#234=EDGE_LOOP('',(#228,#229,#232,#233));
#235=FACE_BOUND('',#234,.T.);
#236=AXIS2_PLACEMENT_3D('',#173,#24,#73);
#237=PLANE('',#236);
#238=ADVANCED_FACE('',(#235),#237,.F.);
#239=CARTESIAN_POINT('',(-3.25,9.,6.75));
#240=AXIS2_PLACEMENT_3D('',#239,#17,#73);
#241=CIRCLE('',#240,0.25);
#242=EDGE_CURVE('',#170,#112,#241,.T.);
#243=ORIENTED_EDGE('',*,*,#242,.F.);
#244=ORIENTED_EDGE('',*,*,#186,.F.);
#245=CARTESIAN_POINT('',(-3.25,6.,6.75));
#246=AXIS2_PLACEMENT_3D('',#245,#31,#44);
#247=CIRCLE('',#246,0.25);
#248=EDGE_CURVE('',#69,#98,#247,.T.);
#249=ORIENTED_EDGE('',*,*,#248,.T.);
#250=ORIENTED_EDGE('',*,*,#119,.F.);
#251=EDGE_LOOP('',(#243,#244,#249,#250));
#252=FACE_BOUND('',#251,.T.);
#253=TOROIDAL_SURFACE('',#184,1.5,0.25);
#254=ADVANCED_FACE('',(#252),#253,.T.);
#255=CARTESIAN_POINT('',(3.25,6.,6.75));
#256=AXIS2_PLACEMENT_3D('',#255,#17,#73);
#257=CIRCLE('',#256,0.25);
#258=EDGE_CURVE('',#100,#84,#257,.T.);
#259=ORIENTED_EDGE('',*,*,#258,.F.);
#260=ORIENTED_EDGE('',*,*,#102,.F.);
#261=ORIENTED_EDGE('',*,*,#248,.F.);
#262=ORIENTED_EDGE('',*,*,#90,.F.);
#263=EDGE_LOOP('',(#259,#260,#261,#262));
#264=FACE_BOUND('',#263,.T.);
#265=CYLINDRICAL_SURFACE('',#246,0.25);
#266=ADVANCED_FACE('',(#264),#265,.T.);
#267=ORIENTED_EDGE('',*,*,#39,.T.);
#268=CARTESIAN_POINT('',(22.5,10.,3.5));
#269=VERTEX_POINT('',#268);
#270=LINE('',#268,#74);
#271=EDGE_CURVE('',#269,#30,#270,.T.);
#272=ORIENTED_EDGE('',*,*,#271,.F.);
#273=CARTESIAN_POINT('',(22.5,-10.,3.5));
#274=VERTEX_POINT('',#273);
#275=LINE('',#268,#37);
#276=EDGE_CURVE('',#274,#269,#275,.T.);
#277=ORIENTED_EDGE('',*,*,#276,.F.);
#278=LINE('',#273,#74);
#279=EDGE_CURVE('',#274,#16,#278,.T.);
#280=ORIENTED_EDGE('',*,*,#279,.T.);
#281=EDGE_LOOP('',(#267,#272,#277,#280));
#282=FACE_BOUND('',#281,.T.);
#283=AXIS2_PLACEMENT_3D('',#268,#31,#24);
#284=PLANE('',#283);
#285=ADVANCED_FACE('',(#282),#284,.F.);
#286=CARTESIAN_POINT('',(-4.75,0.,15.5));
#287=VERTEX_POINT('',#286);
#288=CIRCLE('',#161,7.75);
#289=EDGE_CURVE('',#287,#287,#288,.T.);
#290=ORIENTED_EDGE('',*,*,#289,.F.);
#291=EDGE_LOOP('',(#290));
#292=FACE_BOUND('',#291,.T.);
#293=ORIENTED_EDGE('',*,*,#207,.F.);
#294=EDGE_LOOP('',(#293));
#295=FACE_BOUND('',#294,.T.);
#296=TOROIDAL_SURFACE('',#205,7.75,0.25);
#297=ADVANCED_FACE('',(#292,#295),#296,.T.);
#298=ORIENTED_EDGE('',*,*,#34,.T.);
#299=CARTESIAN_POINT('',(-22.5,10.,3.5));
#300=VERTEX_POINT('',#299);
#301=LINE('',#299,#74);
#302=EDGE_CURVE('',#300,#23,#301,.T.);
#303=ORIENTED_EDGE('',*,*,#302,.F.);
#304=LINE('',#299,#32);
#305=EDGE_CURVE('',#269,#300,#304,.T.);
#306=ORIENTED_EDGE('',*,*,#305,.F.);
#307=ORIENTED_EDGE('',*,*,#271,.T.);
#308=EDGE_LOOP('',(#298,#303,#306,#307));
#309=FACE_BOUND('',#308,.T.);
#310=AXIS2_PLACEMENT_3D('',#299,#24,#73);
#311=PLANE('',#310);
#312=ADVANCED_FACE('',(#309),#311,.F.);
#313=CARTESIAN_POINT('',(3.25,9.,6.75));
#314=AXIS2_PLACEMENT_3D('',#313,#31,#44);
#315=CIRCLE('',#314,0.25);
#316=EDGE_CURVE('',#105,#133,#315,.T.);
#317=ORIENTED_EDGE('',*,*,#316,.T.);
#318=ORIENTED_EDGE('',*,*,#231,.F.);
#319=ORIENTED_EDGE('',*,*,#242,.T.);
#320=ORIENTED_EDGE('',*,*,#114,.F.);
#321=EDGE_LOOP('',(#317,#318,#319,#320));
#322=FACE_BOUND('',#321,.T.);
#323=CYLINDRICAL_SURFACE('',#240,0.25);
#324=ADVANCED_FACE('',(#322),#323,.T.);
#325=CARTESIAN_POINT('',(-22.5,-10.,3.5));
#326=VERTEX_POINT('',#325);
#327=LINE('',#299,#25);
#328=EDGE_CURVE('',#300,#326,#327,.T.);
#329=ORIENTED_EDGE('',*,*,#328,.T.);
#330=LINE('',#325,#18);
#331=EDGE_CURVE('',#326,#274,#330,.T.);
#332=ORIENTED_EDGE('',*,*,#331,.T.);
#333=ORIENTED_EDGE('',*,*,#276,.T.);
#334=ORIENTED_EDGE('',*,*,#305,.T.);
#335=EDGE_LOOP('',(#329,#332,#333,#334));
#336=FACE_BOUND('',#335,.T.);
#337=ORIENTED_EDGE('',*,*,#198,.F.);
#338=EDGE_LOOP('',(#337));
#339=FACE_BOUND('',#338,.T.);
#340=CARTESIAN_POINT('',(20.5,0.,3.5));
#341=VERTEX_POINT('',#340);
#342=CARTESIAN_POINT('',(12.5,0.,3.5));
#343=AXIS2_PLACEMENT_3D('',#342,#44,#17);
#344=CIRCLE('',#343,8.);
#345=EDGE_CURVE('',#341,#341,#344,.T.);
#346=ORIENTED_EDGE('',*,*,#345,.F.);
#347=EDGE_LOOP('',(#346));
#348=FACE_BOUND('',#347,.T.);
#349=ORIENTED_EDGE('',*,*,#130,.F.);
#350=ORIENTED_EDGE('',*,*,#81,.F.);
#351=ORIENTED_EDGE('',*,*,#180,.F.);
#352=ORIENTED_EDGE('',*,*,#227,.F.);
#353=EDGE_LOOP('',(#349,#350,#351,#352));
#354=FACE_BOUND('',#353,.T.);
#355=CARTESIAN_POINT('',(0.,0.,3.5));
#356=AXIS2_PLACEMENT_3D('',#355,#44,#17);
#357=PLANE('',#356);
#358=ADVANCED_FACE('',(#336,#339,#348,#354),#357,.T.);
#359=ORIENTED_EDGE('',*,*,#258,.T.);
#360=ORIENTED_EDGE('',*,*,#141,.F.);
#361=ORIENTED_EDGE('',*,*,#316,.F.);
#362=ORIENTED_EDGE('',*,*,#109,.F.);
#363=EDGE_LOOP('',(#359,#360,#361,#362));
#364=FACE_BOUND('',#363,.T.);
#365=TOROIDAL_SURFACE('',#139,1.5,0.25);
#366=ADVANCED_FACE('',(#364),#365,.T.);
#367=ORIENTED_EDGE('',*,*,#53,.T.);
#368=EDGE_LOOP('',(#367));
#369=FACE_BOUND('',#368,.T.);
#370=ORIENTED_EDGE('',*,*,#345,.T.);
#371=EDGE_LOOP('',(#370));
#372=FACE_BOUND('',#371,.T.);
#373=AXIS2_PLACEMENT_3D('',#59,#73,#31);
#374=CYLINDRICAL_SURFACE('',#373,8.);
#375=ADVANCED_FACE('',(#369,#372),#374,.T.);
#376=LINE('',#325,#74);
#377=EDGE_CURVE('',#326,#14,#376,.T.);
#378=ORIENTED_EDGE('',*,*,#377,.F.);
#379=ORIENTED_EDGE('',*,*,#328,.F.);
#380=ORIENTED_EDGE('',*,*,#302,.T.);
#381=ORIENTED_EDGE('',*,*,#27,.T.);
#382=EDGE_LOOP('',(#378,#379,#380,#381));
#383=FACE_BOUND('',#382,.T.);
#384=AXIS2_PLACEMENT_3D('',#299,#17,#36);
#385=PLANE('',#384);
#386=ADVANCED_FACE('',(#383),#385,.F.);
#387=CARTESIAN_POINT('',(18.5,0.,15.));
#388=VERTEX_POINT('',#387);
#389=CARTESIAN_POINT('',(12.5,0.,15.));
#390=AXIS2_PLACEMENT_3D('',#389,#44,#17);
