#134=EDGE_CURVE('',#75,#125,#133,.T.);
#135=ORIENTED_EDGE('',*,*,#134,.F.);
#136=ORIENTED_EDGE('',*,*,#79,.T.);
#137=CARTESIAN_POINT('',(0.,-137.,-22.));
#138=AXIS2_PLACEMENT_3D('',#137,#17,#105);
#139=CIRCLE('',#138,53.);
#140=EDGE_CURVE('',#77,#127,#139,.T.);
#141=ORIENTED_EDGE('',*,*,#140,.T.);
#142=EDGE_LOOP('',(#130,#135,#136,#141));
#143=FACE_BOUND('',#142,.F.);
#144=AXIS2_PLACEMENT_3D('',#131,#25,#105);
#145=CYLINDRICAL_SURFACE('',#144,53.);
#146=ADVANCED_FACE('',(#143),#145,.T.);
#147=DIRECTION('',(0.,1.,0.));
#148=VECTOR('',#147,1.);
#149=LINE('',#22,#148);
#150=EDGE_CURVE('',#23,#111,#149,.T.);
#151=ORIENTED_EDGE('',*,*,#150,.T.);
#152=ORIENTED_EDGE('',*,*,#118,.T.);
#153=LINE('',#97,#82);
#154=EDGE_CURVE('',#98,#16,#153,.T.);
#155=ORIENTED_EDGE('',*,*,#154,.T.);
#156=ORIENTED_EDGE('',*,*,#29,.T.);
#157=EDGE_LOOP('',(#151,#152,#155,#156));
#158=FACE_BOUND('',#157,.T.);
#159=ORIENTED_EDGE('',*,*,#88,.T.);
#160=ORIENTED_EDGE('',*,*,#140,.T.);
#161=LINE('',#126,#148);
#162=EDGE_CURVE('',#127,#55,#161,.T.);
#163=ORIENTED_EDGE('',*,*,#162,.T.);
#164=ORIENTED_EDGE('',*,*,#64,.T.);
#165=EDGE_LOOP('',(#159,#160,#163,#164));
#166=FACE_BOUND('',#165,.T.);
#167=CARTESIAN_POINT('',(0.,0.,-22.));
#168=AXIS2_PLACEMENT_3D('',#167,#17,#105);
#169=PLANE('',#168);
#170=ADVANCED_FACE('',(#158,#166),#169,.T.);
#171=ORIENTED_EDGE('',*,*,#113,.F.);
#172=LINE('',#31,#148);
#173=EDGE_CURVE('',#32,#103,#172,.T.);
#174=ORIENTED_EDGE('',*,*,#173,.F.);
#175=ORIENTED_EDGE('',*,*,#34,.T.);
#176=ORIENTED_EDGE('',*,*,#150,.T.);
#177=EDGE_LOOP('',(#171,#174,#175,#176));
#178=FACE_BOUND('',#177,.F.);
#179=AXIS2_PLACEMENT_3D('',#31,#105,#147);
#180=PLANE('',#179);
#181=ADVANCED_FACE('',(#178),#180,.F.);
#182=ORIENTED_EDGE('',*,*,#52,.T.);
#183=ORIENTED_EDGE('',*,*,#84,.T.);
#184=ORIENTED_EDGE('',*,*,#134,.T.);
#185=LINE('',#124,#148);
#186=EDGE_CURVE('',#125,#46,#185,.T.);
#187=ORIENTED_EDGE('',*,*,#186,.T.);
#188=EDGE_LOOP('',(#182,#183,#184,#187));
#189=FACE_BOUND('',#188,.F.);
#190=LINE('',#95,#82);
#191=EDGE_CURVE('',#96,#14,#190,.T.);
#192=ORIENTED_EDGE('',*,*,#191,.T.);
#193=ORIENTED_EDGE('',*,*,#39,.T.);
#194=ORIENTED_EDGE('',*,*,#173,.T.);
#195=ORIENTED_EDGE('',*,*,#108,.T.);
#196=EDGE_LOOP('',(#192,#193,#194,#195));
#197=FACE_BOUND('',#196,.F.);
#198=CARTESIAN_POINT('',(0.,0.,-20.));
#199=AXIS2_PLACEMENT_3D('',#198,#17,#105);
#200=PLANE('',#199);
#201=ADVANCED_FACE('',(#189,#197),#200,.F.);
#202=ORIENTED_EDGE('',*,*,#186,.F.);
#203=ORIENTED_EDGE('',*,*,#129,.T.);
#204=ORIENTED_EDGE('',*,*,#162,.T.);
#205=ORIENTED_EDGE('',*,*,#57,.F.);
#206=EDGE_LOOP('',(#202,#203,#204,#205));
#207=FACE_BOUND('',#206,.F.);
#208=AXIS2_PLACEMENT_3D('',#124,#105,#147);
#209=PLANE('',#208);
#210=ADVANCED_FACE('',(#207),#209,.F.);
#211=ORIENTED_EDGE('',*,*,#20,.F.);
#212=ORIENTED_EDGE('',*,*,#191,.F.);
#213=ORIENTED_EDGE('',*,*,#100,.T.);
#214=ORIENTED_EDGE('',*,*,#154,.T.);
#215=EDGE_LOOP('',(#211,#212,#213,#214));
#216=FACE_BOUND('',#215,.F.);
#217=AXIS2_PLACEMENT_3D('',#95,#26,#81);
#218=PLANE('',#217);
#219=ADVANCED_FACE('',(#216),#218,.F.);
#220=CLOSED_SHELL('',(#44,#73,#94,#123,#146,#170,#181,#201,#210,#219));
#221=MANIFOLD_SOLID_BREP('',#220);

*What the exercise asks*.
Write down exactly the span of lines above from the one containing "#341=VERTEX_POINT('',#340);" to the one containing "#384=AXIS2_PLACEMENT_3D('',#299,#17,#36);", both ends included.

*Result for this task*.
#341=VERTEX_POINT('',#340);
#342=CARTESIAN_POINT('',(12.5,0.,3.5));
#343=AXIS2_PLACEMENT_3D('',#342,#44,#17);
#344=CIRCLE('',#343,8.);
#345=EDGE_CURVE('',#341,#341,#344,.T.);
#346=ORIENTED_EDGE('',*,*,#345,.F.);
#347=EDGE_LOOP('',(#346));
#348=FACE_BOUND('',#347,.T.);
#349=ORIENTED_EDGE('',*,*,#130,.F.);
#350=ORIENTED_EDGE('',*,*,#81,.F.);
#351=ORIENTED_EDGE('',*,*,#180,.F.);
#352=ORIENTED_EDGE('',*,*,#227,.F.);
#353=EDGE_LOOP('',(#349,#350,#351,#352));
#354=FACE_BOUND('',#353,.T.);
#355=CARTESIAN_POINT('',(0.,0.,3.5));
#356=AXIS2_PLACEMENT_3D('',#355,#44,#17);
#357=PLANE('',#356);
#358=ADVANCED_FACE('',(#336,#339,#348,#354),#357,.T.);
#359=ORIENTED_EDGE('',*,*,#258,.T.);
#360=ORIENTED_EDGE('',*,*,#141,.F.);
#361=ORIENTED_EDGE('',*,*,#316,.F.);
#362=ORIENTED_EDGE('',*,*,#109,.F.);
#363=EDGE_LOOP('',(#359,#360,#361,#362));
#364=FACE_BOUND('',#363,.T.);
#365=TOROIDAL_SURFACE('',#139,1.5,0.25);
#366=ADVANCED_FACE('',(#364),#365,.T.);
#367=ORIENTED_EDGE('',*,*,#53,.T.);
#368=EDGE_LOOP('',(#367));
#369=FACE_BOUND('',#368,.T.);
#370=ORIENTED_EDGE('',*,*,#345,.T.);
#371=EDGE_LOOP('',(#370));
#372=FACE_BOUND('',#371,.T.);
#373=AXIS2_PLACEMENT_3D('',#59,#73,#31);
#374=CYLINDRICAL_SURFACE('',#373,8.);
#375=ADVANCED_FACE('',(#369,#372),#374,.T.);
#376=LINE('',#325,#74);
#377=EDGE_CURVE('',#326,#14,#376,.T.);
#378=ORIENTED_EDGE('',*,*,#377,.F.);
#379=ORIENTED_EDGE('',*,*,#328,.F.);
#380=ORIENTED_EDGE('',*,*,#302,.T.);
#381=ORIENTED_EDGE('',*,*,#27,.T.);
#382=EDGE_LOOP('',(#378,#379,#380,#381));
#383=FACE_BOUND('',#382,.T.);
#384=AXIS2_PLACEMENT_3D('',#299,#17,#36);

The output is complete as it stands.